Stage 2: Venus fly traps. I wanted to move on stronger and focused. I did not want to be underestimated. I grew some teeth as I emotionally felt like a femme fatale. I mostly wore black in this period.

Stage 3: Prickly pears. I felt annoyed and irritable. Frustrated at the other person, and frustrated at myself. I felt stupid for emotionally opening myself up to this hurt, even though logically I knew that I had done nothing wrong. Things just didn't work out.

Stage 4: Yellow prickly pear flowers. I hoped that there was a point to all of this pain, and that it would result in an opportunity to grow. Perhaps, even into someone increasingly beautiful as a result of overcoming adversity and harsh circumstances.
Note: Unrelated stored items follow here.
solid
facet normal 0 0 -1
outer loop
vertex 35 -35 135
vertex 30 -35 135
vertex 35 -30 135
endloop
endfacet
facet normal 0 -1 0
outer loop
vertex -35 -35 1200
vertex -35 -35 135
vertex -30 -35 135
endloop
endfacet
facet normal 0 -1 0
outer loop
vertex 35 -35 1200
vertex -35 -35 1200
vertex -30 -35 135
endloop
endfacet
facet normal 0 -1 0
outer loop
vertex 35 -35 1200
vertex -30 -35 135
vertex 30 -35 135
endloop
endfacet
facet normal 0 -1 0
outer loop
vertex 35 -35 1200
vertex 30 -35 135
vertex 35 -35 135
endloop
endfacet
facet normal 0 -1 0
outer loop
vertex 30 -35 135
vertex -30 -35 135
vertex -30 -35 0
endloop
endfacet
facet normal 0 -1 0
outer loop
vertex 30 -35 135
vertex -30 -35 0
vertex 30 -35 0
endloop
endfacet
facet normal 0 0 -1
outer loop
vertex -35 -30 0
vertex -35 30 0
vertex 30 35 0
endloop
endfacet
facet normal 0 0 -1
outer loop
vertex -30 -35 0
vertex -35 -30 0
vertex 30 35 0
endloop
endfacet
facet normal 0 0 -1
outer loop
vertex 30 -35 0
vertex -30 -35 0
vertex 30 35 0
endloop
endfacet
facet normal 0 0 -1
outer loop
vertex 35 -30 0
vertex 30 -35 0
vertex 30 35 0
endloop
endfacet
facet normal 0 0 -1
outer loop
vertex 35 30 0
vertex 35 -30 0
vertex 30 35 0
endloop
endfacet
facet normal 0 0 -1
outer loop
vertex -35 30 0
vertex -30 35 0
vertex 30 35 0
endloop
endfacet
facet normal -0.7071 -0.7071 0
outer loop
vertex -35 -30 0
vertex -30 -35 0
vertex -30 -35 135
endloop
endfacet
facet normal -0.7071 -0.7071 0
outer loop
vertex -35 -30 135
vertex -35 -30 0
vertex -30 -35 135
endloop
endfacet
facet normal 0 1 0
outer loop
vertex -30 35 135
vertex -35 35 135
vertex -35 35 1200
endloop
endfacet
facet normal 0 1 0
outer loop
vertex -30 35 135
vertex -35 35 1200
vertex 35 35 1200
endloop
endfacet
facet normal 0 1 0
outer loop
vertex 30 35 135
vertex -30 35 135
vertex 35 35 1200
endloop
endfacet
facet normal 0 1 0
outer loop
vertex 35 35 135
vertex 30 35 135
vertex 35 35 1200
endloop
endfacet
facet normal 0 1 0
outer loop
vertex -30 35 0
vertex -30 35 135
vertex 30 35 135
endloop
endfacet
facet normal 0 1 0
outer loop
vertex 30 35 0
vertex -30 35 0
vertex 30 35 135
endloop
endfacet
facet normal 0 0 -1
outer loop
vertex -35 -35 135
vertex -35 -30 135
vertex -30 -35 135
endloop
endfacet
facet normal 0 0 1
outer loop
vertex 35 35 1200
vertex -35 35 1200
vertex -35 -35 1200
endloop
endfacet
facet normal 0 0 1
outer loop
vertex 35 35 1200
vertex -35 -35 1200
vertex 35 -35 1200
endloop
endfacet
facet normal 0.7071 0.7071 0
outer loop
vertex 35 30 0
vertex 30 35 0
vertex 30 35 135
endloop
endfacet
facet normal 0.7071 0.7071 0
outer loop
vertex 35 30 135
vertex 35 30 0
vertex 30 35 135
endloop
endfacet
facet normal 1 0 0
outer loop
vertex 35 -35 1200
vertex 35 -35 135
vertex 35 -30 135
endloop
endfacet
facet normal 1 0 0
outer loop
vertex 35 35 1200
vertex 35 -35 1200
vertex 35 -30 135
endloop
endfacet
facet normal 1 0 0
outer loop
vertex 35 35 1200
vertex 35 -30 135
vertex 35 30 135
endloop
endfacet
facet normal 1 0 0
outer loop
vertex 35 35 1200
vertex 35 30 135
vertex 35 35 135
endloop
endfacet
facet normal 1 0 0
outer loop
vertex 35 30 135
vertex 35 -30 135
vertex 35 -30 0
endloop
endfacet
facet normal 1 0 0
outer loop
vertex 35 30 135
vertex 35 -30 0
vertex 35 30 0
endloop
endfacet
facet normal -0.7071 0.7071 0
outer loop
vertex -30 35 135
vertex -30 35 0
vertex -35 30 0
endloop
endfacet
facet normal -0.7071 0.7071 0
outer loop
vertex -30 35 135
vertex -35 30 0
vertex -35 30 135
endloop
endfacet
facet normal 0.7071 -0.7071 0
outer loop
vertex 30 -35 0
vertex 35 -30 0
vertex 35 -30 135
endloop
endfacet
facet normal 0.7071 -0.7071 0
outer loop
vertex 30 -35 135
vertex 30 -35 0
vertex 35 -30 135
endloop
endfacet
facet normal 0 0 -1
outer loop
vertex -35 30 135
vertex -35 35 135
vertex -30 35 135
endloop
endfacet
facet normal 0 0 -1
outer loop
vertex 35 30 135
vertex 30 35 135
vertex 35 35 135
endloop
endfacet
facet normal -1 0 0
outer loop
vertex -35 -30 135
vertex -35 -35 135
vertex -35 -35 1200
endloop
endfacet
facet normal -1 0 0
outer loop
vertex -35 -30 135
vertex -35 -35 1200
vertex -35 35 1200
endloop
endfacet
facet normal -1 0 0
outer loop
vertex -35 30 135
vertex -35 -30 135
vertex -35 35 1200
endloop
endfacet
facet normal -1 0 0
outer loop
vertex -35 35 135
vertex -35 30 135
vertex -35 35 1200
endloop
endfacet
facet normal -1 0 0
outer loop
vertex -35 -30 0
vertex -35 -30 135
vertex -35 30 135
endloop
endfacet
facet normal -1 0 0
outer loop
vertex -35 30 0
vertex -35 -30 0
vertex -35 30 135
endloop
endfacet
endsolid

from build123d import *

# Parameters (mm, degrees)
F0_W     = 70
F0_H     = 70
F1_DEPTH = 135
F2_SIZE  = 5
F3_W     = 70
F3_H     = 70
F4_DEPTH = 1065


with BuildPart() as f1:
    # F0 (on Top) → F1 (new body)
    with BuildSketch(Plane.XY):
        Rectangle(F0_W, F0_H)
    extrude(amount=F1_DEPTH)

    # F2
    f2_edges = [f1.edges().sort_by_distance(p)[0] for p in [
        (35, -35, 67.5),
        (-35, -35, 67.5),
        (35, 35, 67.5),
        (-35, 35, 67.5),
    ]]
    chamfer(f2_edges, length=F2_SIZE)

    # F3 (on face) → F4 (join)
    with BuildSketch(Plane.XY.offset(135)):
        Rectangle(F3_W, F3_H)
    extrude(amount=F4_DEPTH)


solid = f1.part
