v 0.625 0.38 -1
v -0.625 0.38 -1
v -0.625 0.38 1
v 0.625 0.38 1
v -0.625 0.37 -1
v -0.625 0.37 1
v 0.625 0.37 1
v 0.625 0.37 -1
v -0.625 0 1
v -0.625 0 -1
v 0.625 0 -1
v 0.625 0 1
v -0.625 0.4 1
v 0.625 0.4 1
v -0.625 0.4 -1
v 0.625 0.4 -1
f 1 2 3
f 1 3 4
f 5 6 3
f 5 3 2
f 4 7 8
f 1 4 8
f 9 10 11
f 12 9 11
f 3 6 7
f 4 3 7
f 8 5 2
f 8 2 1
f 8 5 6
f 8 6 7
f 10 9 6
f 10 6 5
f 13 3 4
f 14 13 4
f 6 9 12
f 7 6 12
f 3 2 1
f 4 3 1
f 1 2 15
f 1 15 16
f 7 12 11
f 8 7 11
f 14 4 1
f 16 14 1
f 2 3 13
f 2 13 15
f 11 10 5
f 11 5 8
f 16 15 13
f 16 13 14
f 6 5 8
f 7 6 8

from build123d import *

# Parameters (mm, degrees)
SKETCH1_W           = 1.25
SKETCH1_H           = 2
BOSS_EXTRUDE1_DEPTH = 0.37
SKETCH2_W           = 1.25
SKETCH2_H           = 2
BOSS_EXTRUDE2_DEPTH = 0.01
SKETCH3_W           = 1.25
SKETCH3_H           = 2
BOSS_EXTRUDE3_DEPTH = 0.02


with BuildPart() as part:
    # Sketch1 → Boss-Extrude1 (new body)
    with BuildSketch(Plane(origin=(0, 0, 0), x_dir=(1, 0, 0), z_dir=(0, 1, 0))):
        Rectangle(SKETCH1_W, SKETCH1_H)
    extrude(amount=BOSS_EXTRUDE1_DEPTH)


with BuildPart() as body_2:
    # Sketch2 → Boss-Extrude2 (new body)
    with BuildSketch(Plane(origin=(0, 0.37, 0), x_dir=(1, 0, 0), z_dir=(0, 1, 0))):
        Rectangle(SKETCH2_W, SKETCH2_H)
    extrude(amount=BOSS_EXTRUDE2_DEPTH)


with BuildPart() as body_3:
    # Sketch3 → Boss-Extrude3 (new body)
    with BuildSketch(Plane(origin=(0, 0.38, 0), x_dir=(1, 0, 0), z_dir=(0, 1, 0))):
        Rectangle(SKETCH3_W, SKETCH3_H)
    extrude(amount=BOSS_EXTRUDE3_DEPTH)


solid = Compound([part.part, body_2.part, body_3.part])
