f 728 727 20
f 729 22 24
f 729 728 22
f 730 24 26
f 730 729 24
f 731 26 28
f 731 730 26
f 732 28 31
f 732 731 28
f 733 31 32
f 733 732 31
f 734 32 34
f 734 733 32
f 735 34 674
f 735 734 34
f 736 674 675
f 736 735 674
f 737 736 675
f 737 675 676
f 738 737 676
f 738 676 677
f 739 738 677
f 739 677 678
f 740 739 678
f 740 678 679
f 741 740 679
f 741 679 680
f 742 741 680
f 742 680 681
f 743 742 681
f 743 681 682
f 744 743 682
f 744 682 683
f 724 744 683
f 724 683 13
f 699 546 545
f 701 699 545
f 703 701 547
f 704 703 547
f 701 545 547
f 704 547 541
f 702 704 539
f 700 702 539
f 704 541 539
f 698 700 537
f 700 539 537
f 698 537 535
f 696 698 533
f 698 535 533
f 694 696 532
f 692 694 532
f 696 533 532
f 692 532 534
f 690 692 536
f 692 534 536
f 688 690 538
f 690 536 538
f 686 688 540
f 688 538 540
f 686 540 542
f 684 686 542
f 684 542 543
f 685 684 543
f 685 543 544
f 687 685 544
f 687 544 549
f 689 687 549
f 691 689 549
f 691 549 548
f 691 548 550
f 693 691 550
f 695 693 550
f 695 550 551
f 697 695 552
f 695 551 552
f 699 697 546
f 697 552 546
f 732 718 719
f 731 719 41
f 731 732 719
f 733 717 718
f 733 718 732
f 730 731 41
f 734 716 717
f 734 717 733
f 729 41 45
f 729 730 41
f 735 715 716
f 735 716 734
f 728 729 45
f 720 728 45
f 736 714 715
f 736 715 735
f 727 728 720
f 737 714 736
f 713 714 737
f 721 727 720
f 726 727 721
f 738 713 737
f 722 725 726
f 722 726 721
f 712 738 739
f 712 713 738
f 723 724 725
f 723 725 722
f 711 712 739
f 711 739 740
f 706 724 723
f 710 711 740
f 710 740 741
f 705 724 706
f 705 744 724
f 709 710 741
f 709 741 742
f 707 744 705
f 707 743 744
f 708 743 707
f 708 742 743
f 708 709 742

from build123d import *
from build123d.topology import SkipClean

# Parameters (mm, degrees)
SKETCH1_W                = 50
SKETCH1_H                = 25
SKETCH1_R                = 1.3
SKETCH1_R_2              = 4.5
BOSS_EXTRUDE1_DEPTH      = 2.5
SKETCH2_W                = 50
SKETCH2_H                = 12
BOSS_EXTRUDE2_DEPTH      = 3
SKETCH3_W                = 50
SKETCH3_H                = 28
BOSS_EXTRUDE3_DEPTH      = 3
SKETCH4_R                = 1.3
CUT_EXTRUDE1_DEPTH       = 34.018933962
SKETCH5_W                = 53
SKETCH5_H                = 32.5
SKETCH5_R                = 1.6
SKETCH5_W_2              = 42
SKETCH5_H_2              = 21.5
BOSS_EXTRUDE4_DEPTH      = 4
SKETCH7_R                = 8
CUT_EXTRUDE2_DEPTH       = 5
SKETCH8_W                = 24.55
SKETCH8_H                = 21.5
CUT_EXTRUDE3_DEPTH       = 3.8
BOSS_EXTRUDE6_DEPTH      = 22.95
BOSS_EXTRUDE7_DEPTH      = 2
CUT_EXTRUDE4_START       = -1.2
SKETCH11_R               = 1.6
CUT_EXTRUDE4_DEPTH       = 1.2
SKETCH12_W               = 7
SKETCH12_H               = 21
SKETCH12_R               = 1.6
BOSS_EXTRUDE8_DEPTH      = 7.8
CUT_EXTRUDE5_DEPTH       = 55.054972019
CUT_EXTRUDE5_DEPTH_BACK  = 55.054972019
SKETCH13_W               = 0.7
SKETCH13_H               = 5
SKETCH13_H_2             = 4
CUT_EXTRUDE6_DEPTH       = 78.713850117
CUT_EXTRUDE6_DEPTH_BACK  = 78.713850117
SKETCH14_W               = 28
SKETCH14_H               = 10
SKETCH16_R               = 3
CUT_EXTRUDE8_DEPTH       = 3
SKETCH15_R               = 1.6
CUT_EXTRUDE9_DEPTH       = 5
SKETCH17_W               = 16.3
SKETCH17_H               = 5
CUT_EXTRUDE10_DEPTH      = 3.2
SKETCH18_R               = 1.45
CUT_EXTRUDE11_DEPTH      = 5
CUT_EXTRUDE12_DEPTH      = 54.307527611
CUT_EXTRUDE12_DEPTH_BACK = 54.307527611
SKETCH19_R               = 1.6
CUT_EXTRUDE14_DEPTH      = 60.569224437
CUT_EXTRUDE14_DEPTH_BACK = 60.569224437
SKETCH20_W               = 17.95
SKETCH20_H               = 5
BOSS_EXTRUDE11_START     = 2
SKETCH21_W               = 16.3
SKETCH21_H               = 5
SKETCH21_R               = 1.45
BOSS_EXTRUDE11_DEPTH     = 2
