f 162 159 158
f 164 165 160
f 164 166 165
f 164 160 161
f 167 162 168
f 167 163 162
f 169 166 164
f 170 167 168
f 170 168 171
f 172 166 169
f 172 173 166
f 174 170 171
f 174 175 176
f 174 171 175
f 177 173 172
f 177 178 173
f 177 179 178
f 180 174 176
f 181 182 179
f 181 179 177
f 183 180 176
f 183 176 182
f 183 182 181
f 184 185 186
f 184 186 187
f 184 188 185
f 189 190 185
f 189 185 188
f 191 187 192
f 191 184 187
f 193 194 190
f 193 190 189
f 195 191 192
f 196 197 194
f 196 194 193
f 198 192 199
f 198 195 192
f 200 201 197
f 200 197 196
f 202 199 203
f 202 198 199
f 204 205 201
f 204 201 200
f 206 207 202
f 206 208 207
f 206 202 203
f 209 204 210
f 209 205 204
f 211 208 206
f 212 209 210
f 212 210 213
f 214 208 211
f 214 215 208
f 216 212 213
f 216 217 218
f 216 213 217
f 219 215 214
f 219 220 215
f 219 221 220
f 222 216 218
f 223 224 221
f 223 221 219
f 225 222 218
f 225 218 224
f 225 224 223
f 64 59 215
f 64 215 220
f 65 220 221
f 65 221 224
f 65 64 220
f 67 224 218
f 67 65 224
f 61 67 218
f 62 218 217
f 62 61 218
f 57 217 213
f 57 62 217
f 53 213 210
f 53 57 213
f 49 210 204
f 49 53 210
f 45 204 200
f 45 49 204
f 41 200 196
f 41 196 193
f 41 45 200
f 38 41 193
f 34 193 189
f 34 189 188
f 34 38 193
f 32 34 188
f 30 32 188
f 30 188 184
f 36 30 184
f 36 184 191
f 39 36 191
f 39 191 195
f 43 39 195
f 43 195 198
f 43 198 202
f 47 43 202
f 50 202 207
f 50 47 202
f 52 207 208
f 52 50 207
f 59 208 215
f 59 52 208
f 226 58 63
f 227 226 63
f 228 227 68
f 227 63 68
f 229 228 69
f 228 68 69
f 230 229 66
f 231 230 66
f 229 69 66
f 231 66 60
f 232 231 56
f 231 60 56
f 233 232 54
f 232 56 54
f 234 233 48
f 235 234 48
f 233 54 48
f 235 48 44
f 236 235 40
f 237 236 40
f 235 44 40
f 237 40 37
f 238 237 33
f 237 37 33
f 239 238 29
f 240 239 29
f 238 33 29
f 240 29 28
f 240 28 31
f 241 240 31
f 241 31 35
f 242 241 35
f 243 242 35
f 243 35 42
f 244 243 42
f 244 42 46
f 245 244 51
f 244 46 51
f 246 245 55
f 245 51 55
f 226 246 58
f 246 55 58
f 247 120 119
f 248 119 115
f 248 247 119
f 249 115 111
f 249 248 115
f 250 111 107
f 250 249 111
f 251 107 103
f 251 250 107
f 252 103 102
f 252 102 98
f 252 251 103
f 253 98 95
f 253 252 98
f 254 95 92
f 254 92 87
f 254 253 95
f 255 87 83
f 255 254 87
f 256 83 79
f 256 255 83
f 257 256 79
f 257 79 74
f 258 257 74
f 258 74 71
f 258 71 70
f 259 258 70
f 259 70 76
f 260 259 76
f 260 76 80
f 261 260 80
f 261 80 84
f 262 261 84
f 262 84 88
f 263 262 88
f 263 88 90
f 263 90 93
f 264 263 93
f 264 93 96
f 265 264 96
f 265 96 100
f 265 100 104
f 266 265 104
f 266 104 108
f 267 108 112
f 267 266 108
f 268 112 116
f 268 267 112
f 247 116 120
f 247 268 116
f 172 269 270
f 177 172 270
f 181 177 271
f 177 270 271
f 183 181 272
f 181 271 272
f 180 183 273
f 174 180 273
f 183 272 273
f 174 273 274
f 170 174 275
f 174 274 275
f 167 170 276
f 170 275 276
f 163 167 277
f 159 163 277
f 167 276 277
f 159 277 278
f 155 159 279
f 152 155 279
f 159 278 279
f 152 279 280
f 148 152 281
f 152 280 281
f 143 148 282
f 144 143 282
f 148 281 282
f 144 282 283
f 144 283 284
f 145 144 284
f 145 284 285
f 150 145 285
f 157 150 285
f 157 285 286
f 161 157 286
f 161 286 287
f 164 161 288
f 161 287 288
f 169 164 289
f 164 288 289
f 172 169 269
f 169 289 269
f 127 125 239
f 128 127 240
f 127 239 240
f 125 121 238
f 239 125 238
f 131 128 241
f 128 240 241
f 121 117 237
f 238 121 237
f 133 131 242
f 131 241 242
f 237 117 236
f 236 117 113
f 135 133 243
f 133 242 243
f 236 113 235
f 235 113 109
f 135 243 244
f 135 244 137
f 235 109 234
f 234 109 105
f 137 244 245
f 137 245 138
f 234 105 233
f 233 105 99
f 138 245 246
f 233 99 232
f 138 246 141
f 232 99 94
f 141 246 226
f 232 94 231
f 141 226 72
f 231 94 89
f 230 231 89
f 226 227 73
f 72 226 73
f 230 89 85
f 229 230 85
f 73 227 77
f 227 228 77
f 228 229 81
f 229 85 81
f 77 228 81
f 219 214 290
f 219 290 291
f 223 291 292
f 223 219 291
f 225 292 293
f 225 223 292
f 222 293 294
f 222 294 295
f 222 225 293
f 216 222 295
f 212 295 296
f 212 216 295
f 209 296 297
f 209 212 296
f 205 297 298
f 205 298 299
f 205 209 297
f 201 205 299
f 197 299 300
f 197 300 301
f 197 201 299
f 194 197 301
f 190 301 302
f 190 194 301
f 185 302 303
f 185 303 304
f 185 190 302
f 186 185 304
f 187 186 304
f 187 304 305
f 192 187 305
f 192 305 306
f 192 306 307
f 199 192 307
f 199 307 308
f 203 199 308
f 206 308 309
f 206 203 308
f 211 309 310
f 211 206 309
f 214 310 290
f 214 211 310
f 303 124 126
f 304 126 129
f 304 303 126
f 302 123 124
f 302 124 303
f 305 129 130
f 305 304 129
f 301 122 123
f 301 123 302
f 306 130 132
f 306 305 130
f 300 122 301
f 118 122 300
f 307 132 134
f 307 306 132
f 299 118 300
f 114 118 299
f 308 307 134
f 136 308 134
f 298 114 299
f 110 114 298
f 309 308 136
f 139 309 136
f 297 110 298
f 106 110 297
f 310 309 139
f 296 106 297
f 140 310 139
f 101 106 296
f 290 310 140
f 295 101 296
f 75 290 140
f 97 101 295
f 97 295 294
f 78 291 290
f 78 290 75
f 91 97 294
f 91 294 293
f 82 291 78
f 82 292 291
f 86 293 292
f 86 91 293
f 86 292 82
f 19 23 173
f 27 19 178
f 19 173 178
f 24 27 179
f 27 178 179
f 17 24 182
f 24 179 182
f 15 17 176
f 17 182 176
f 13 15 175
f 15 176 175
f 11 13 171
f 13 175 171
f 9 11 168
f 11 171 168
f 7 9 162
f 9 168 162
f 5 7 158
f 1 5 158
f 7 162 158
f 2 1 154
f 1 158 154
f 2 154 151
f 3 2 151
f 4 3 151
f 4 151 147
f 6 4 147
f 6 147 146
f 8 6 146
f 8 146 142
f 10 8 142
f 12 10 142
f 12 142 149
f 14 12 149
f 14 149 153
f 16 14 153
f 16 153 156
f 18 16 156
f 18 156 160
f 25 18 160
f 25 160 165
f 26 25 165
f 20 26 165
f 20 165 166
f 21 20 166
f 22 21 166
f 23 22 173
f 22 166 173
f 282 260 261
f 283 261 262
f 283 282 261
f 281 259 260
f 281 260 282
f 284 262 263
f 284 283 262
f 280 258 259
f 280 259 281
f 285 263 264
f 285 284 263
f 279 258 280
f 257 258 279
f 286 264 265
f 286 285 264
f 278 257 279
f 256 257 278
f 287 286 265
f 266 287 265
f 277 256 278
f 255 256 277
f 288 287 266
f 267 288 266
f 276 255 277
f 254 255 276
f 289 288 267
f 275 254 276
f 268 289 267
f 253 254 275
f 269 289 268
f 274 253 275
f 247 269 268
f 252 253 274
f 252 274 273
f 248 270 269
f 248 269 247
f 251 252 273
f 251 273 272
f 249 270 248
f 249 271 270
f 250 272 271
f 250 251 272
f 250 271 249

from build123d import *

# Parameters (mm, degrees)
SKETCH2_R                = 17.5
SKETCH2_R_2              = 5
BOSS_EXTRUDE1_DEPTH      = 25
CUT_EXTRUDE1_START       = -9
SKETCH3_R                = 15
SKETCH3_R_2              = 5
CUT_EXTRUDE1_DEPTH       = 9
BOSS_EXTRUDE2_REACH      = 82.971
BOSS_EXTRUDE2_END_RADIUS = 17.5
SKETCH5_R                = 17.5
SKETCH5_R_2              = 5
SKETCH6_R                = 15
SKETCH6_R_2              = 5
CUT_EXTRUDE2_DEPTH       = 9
Stage 5: Red spider lilies. I began working towards acceptance with what happened. I attempted to strike the balance between the sweet nostalgia and the sad, bitter memories that haunted me. The person became figuratively dead to me as this time, they abandoned me for good.

Part 2: "Restoration"

Acrylic paint on paper bag

32x33.5 in.

The last painting gave the perspective of looking downward into another space filled with carnivorous Venus fly traps, prickly pears, and spider lilies. In this companion piece, you are looking upward from within the pit with optimism for a brighter tomorrow. Celosia, birds of paradise, and dahlias are in immediate view, framed by the spider lilies from the past.